**** EXERCISE MATERIALS ****

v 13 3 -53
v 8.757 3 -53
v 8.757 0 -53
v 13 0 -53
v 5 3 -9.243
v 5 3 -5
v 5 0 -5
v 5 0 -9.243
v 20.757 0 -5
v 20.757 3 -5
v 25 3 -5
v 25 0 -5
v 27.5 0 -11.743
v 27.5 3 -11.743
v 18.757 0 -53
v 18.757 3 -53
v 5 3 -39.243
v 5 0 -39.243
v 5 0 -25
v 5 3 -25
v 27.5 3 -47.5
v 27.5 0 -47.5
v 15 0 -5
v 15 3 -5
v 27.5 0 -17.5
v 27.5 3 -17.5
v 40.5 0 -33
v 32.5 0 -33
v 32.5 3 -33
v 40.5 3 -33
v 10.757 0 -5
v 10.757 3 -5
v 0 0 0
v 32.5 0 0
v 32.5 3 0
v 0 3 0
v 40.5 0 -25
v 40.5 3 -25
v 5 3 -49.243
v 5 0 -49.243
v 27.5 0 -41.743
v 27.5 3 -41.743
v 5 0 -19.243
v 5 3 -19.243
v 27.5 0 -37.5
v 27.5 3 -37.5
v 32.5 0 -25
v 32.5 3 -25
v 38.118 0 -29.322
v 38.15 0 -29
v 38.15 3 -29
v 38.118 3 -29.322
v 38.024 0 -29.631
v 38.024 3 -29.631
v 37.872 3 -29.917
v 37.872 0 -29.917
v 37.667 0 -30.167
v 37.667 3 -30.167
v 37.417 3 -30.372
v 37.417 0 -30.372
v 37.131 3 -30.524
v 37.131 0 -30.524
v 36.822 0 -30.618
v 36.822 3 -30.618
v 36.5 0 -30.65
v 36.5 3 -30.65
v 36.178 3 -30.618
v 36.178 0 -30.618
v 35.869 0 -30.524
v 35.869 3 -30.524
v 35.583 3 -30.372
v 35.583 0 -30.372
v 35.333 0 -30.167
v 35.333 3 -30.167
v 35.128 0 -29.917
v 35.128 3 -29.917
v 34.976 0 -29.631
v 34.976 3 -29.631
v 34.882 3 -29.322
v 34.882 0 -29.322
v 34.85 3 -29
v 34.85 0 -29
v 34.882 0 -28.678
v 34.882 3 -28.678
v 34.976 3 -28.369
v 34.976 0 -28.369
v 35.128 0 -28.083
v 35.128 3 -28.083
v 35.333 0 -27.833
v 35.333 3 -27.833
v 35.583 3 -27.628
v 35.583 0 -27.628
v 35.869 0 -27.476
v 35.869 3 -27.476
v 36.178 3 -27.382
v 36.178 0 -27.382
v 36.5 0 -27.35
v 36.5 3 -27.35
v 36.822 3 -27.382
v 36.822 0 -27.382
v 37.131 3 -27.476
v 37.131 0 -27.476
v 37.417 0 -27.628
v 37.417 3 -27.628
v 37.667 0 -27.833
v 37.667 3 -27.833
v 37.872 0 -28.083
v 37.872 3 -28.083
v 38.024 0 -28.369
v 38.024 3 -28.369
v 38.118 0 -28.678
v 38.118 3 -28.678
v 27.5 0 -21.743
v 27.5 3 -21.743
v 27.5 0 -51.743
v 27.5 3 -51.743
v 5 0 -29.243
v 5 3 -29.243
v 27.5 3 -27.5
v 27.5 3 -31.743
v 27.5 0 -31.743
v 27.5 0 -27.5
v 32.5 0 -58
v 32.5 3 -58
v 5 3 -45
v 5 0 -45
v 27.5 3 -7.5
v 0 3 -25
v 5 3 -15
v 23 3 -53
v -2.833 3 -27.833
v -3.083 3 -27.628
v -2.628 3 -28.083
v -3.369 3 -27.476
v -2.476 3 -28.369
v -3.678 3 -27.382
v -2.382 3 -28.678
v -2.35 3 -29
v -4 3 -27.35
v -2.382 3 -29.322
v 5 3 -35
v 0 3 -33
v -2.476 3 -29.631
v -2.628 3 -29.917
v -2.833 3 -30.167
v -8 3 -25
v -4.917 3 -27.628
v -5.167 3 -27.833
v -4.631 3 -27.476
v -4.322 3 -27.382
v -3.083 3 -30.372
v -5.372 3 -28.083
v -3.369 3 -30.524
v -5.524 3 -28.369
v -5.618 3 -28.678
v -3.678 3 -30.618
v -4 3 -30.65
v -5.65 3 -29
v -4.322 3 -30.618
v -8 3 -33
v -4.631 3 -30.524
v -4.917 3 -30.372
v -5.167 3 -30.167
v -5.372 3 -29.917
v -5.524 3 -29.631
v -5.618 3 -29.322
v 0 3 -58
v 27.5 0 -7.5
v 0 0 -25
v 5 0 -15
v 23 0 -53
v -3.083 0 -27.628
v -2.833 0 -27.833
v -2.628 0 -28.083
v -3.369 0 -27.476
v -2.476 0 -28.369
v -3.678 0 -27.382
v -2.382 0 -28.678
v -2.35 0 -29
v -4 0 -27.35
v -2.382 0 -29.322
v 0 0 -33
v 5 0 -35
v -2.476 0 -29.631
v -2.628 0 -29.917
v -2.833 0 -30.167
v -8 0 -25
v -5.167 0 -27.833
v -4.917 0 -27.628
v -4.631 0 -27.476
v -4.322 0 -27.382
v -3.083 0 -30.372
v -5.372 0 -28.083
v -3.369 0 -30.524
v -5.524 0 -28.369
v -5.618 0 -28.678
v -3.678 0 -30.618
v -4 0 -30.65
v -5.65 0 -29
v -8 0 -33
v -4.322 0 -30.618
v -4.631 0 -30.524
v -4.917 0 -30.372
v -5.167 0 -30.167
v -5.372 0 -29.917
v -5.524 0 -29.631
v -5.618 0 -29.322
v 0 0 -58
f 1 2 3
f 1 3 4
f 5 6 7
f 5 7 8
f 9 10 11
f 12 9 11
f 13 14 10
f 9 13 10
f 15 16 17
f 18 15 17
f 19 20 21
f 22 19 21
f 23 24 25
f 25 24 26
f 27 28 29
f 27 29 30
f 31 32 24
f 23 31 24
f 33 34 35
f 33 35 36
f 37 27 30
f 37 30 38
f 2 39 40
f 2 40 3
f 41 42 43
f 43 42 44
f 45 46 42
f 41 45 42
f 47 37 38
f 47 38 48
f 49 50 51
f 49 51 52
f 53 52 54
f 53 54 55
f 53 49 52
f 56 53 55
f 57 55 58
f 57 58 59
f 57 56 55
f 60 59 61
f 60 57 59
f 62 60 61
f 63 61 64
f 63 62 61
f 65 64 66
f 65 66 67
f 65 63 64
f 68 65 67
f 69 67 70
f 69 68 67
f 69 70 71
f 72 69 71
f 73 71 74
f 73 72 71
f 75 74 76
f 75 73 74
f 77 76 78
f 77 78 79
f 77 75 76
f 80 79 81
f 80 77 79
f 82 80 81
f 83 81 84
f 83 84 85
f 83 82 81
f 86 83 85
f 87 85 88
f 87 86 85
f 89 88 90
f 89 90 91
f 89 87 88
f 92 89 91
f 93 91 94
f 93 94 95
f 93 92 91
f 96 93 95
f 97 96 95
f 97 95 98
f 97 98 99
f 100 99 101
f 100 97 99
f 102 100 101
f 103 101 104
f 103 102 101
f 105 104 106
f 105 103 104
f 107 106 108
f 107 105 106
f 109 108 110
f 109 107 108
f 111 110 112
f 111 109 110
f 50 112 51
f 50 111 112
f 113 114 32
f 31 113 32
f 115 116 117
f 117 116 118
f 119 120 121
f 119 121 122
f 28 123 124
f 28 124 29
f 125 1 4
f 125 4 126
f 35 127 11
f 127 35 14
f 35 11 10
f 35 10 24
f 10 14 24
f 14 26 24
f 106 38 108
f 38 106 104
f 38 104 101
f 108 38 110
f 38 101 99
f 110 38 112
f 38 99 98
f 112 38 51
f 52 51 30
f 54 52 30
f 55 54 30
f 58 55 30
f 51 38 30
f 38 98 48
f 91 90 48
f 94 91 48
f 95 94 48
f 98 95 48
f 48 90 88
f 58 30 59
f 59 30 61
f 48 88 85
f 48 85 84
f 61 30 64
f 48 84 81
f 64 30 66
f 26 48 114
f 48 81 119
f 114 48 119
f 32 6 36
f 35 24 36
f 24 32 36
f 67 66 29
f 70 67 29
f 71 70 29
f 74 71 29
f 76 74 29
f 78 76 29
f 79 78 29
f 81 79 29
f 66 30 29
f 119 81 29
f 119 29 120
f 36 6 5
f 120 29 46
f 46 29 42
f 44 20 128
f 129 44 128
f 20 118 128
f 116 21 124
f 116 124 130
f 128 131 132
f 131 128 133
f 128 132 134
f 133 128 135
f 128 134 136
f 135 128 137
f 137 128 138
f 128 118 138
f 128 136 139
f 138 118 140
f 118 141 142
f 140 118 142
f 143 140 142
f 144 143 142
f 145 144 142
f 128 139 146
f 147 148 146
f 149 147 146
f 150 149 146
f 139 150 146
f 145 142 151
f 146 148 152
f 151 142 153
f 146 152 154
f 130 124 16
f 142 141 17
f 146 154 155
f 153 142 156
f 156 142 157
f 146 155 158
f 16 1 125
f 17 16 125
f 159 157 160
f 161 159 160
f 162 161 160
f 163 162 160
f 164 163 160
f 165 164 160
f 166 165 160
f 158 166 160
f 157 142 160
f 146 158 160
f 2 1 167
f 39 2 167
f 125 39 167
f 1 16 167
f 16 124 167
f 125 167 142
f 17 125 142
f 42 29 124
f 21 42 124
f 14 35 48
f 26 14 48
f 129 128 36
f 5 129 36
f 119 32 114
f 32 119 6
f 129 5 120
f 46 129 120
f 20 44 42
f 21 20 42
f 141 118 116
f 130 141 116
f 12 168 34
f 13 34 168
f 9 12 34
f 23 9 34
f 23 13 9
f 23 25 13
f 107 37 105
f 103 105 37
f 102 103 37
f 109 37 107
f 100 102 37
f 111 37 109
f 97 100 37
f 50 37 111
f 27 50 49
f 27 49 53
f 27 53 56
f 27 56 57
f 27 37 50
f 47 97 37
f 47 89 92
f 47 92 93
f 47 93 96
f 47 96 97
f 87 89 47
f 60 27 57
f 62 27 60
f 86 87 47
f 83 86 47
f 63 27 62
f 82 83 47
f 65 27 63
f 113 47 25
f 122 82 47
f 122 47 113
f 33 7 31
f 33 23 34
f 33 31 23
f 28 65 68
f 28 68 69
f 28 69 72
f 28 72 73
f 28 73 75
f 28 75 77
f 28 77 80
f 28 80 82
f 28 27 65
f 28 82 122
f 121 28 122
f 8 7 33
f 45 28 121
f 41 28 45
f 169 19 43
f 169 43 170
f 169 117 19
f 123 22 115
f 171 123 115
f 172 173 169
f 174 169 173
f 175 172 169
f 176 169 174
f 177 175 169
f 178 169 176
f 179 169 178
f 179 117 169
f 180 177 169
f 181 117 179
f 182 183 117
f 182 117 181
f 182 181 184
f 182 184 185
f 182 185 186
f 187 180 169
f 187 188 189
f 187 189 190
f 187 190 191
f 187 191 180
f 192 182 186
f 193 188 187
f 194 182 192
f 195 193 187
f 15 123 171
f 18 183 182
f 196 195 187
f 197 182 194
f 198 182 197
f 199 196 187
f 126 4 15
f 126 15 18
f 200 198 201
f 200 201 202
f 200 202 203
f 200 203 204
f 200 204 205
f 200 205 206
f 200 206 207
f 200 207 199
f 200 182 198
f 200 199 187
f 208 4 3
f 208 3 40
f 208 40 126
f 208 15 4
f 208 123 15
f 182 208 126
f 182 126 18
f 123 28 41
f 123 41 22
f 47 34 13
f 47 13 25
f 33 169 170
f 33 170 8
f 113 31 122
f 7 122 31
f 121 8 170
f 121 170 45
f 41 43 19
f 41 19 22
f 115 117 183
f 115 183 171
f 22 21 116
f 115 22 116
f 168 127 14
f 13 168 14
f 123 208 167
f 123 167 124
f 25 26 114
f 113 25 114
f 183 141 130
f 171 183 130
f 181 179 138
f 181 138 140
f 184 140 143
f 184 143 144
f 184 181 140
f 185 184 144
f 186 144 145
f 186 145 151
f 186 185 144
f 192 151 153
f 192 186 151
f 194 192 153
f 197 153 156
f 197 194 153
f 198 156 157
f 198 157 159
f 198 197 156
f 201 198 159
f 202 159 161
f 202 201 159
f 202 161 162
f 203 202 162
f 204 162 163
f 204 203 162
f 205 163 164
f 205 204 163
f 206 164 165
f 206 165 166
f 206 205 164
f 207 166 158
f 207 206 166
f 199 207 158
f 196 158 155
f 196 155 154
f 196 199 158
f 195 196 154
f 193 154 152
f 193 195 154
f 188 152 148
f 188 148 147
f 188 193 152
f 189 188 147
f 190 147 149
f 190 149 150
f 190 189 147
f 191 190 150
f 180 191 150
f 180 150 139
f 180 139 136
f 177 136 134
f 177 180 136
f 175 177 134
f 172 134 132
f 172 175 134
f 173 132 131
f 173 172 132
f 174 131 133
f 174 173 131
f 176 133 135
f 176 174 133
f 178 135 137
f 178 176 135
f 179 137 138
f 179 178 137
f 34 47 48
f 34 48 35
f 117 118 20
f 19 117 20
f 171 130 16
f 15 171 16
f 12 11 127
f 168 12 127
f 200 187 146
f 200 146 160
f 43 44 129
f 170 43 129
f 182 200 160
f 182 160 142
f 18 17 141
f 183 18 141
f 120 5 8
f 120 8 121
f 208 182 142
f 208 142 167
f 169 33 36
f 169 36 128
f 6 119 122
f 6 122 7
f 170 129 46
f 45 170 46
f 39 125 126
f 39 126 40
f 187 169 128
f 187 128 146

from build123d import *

# Parameters (mm, degrees)
SKETCH1_R           = 1.65
BOSS_EXTRUDE1_DEPTH = 3
CUT_EXTRUDE1_DEPTH  = 3


with BuildPart() as part:
    # Sketch1 → Boss-Extrude1 (new body)
    with BuildSketch(Plane(origin=(0, 0, 0), x_dir=(1, 0, 0), z_dir=(0, 1, 0))):
        Polygon((0, 25), (-8, 25), (-8, 33), (0, 33), (0, 58), (32.5, 58), (32.5, 33), (40.5, 33), (40.5, 25), (32.5, 25), (32.5, 0), (0, 0), align=None)
        with Locations((-4, 29)):
            Circle(SKETCH1_R, mode=Mode.SUBTRACT)
        with Locations((36.5, 29)):
            Circle(SKETCH1_R, mode=Mode.SUBTRACT)
    extrude(amount=BOSS_EXTRUDE1_DEPTH)

    # Sketch3 → Cut-Extrude1 (cut)
    with BuildSketch(Plane(origin=(0, 3, 0), x_dir=(1, 0, 0), z_dir=(0, 1, 0))):
        Polygon((10.757359313, 5), (15, 5), (27.5, 17.5), (27.5, 21.742640687), align=None)
        Polygon((5, 5), (5, 9.242640687), (27.5, 31.742640687), (27.5, 27.5), align=None)
        Polygon((8.757359313, 53), (13, 53), (5, 45), (5, 49.242640687), align=None)
        Polygon((5, 15), (27.5, 37.5), (27.5, 41.742640687), (5, 19.242640687), align=None)
        Polygon((5, 25), (27.5, 47.5), (27.5, 51.742640687), (5, 29.242640687), align=None)
        Polygon((5, 35), (23, 53), (18.757359313, 53), (5, 39.242640687), align=None)
        Polygon((25, 5), (27.5, 7.5), (27.5, 11.742640687), (20.757359313, 5), align=None)
    extrude(amount=-CUT_EXTRUDE1_DEPTH, mode=Mode.SUBTRACT)


solid = part.part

****

> **ACTIVITY**
Return exactly the lines from the beginning of the data above through the one containing "v 34.882 0 -29.322", please. Include both end lines and add nothing else.

> **PROBLEM SOLUTION**
v 13 3 -53
v 8.757 3 -53
v 8.757 0 -53
v 13 0 -53
v 5 3 -9.243
v 5 3 -5
v 5 0 -5
v 5 0 -9.243
v 20.757 0 -5
v 20.757 3 -5
v 25 3 -5
v 25 0 -5
v 27.5 0 -11.743
v 27.5 3 -11.743
v 18.757 0 -53
v 18.757 3 -53
v 5 3 -39.243
v 5 0 -39.243
v 5 0 -25
v 5 3 -25
v 27.5 3 -47.5
v 27.5 0 -47.5
v 15 0 -5
v 15 3 -5
v 27.5 0 -17.5
v 27.5 3 -17.5
v 40.5 0 -33
v 32.5 0 -33
v 32.5 3 -33
v 40.5 3 -33
v 10.757 0 -5
v 10.757 3 -5
v 0 0 0
v 32.5 0 0
v 32.5 3 0
v 0 3 0
v 40.5 0 -25
v 40.5 3 -25
v 5 3 -49.243
v 5 0 -49.243
v 27.5 0 -41.743
v 27.5 3 -41.743
v 5 0 -19.243
v 5 3 -19.243
v 27.5 0 -37.5
v 27.5 3 -37.5
v 32.5 0 -25
v 32.5 3 -25
v 38.118 0 -29.322
v 38.15 0 -29
v 38.15 3 -29
v 38.118 3 -29.322
v 38.024 0 -29.631
v 38.024 3 -29.631
v 37.872 3 -29.917
v 37.872 0 -29.917
v 37.667 0 -30.167
v 37.667 3 -30.167
v 37.417 3 -30.372
v 37.417 0 -30.372
v 37.131 3 -30.524
v 37.131 0 -30.524
v 36.822 0 -30.618
v 36.822 3 -30.618
v 36.5 0 -30.65
v 36.5 3 -30.65
v 36.178 3 -30.618
v 36.178 0 -30.618
v 35.869 0 -30.524
v 35.869 3 -30.524
v 35.583 3 -30.372
v 35.583 0 -30.372
v 35.333 0 -30.167
v 35.333 3 -30.167
v 35.128 0 -29.917
v 35.128 3 -29.917
v 34.976 0 -29.631
v 34.976 3 -29.631
v 34.882 3 -29.322
v 34.882 0 -29.322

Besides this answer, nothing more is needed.